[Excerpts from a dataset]
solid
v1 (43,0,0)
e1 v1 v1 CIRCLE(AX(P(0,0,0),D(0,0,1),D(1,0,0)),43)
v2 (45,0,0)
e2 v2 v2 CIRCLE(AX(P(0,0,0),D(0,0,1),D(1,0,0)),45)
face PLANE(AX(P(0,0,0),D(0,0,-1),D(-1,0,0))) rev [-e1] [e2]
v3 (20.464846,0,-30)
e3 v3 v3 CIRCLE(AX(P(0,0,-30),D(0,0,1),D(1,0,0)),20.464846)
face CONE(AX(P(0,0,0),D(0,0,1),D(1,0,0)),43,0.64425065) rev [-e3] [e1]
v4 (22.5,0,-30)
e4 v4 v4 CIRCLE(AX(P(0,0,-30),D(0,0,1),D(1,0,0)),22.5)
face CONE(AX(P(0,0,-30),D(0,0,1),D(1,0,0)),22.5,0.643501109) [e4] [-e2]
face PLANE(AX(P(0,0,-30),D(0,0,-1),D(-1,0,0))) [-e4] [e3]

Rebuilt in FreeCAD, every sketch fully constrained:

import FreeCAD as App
import Part
import Sketcher

V = App.Vector

doc = App.newDocument("Part")
params = doc.addObject("Spreadsheet::Sheet", "Params")
for row, (alias, value) in enumerate([
    ("sketch1_width", "2 mm"),
    ("sketch1_length", "37.5 mm"),
    ("revolution_angle", "360 deg"),
], start=1):
    params.set(f"A{row}", alias)
    params.set(f"B{row}", "=" + value)
    params.setAlias(f"B{row}", alias)

body = doc.addObject("PartDesign::Body", "Body")

sketch1 = body.newObject("Sketcher::SketchObject", "Sketch")
sketch1.AttachmentSupport = (doc.getObject("XZ_Plane"), [""])
sketch1.MapMode = "FlatFace"
sketch1.addGeometry(Part.LineSegment(V(-43, 0, 0), V(-20.5, -30, 0)), False)
sketch1.addGeometry(Part.LineSegment(V(-20.5, -30, 0), V(-22.5, -30, 0)), False)
sketch1.addGeometry(Part.LineSegment(V(-22.5, -30, 0), V(-45, 0, 0)), False)
sketch1.addGeometry(Part.LineSegment(V(-45, 0, 0), V(-43, 0, 0)), False)
sketch1.addConstraint(Sketcher.Constraint("Coincident", 0, 2, 1, 1))
sketch1.addConstraint(Sketcher.Constraint("Coincident", 1, 2, 2, 1))
sketch1.addConstraint(Sketcher.Constraint("Coincident", 2, 2, 3, 1))
sketch1.addConstraint(Sketcher.Constraint("Coincident", 3, 2, 0, 1))
sketch1.addConstraint(Sketcher.Constraint("Horizontal", 1))
sketch1.addConstraint(Sketcher.Constraint("Horizontal", 3))
sketch1.addConstraint(Sketcher.Constraint("PointOnObject", 2, 2, -1))
sketch1.addConstraint(Sketcher.Constraint("DistanceX", 3, 1, 3, 2, 2.0))
sketch1.addConstraint(Sketcher.Constraint("DistanceY", 0, 2, -1, 1, 30.0))
sketch1.addConstraint(Sketcher.Constraint("DistanceX", 2, 2, -1, 1, 45.0))
sketch1.addConstraint(Sketcher.Constraint("Distance", 2, 37.5))
sketch1.addConstraint(Sketcher.Constraint("DistanceX", 1, 2, 1, 1, 2.035154))
sketch1.setExpression("Constraints[7]", "Params.sketch1_width")
sketch1.setExpression("Constraints[10]", "Params.sketch1_length")
revolution = body.newObject("PartDesign::Revolution", "Revolution")
revolution.Profile = sketch1
revolution.ReferenceAxis = (sketch1, ["V_Axis"])
revolution.setExpression("Angle", "Params.revolution_angle")

doc.recompute()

**WHAT TO PRODUCE**:
The response should consist of every record above, reproduced exactly.

**SOLUTION TO THIS EXERCISE**:
solid
v1 (43,0,0)
e1 v1 v1 CIRCLE(AX(P(0,0,0),D(0,0,1),D(1,0,0)),43)
v2 (45,0,0)
e2 v2 v2 CIRCLE(AX(P(0,0,0),D(0,0,1),D(1,0,0)),45)
face PLANE(AX(P(0,0,0),D(0,0,-1),D(-1,0,0))) rev [-e1] [e2]
v3 (20.464846,0,-30)
e3 v3 v3 CIRCLE(AX(P(0,0,-30),D(0,0,1),D(1,0,0)),20.464846)
face CONE(AX(P(0,0,0),D(0,0,1),D(1,0,0)),43,0.64425065) rev [-e3] [e1]
v4 (22.5,0,-30)
e4 v4 v4 CIRCLE(AX(P(0,0,-30),D(0,0,1),D(1,0,0)),22.5)
face CONE(AX(P(0,0,-30),D(0,0,1),D(1,0,0)),22.5,0.643501109) [e4] [-e2]
face PLANE(AX(P(0,0,-30),D(0,0,-1),D(-1,0,0))) [-e4] [e3]

Rebuilt in FreeCAD, every sketch fully constrained:

import FreeCAD as App
import Part
import Sketcher

V = App.Vector

doc = App.newDocument("Part")
params = doc.addObject("Spreadsheet::Sheet", "Params")
for row, (alias, value) in enumerate([
    ("sketch1_width", "2 mm"),
    ("sketch1_length", "37.5 mm"),
    ("revolution_angle", "360 deg"),
], start=1):
    params.set(f"A{row}", alias)
    params.set(f"B{row}", "=" + value)
    params.setAlias(f"B{row}", alias)

body = doc.addObject("PartDesign::Body", "Body")

sketch1 = body.newObject("Sketcher::SketchObject", "Sketch")
sketch1.AttachmentSupport = (doc.getObject("XZ_Plane"), [""])
sketch1.MapMode = "FlatFace"
sketch1.addGeometry(Part.LineSegment(V(-43, 0, 0), V(-20.5, -30, 0)), False)
sketch1.addGeometry(Part.LineSegment(V(-20.5, -30, 0), V(-22.5, -30, 0)), False)
sketch1.addGeometry(Part.LineSegment(V(-22.5, -30, 0), V(-45, 0, 0)), False)
sketch1.addGeometry(Part.LineSegment(V(-45, 0, 0), V(-43, 0, 0)), False)
sketch1.addConstraint(Sketcher.Constraint("Coincident", 0, 2, 1, 1))
sketch1.addConstraint(Sketcher.Constraint("Coincident", 1, 2, 2, 1))
sketch1.addConstraint(Sketcher.Constraint("Coincident", 2, 2, 3, 1))
sketch1.addConstraint(Sketcher.Constraint("Coincident", 3, 2, 0, 1))
sketch1.addConstraint(Sketcher.Constraint("Horizontal", 1))
sketch1.addConstraint(Sketcher.Constraint("Horizontal", 3))
sketch1.addConstraint(Sketcher.Constraint("PointOnObject", 2, 2, -1))
sketch1.addConstraint(Sketcher.Constraint("DistanceX", 3, 1, 3, 2, 2.0))
sketch1.addConstraint(Sketcher.Constraint("DistanceY", 0, 2, -1, 1, 30.0))
sketch1.addConstraint(Sketcher.Constraint("DistanceX", 2, 2, -1, 1, 45.0))
sketch1.addConstraint(Sketcher.Constraint("Distance", 2, 37.5))
sketch1.addConstraint(Sketcher.Constraint("DistanceX", 1, 2, 1, 1, 2.035154))
sketch1.setExpression("Constraints[7]", "Params.sketch1_width")
sketch1.setExpression("Constraints[10]", "Params.sketch1_length")
revolution = body.newObject("PartDesign::Revolution", "Revolution")
revolution.Profile = sketch1
revolution.ReferenceAxis = (sketch1, ["V_Axis"])
revolution.setExpression("Angle", "Params.revolution_angle")

doc.recompute()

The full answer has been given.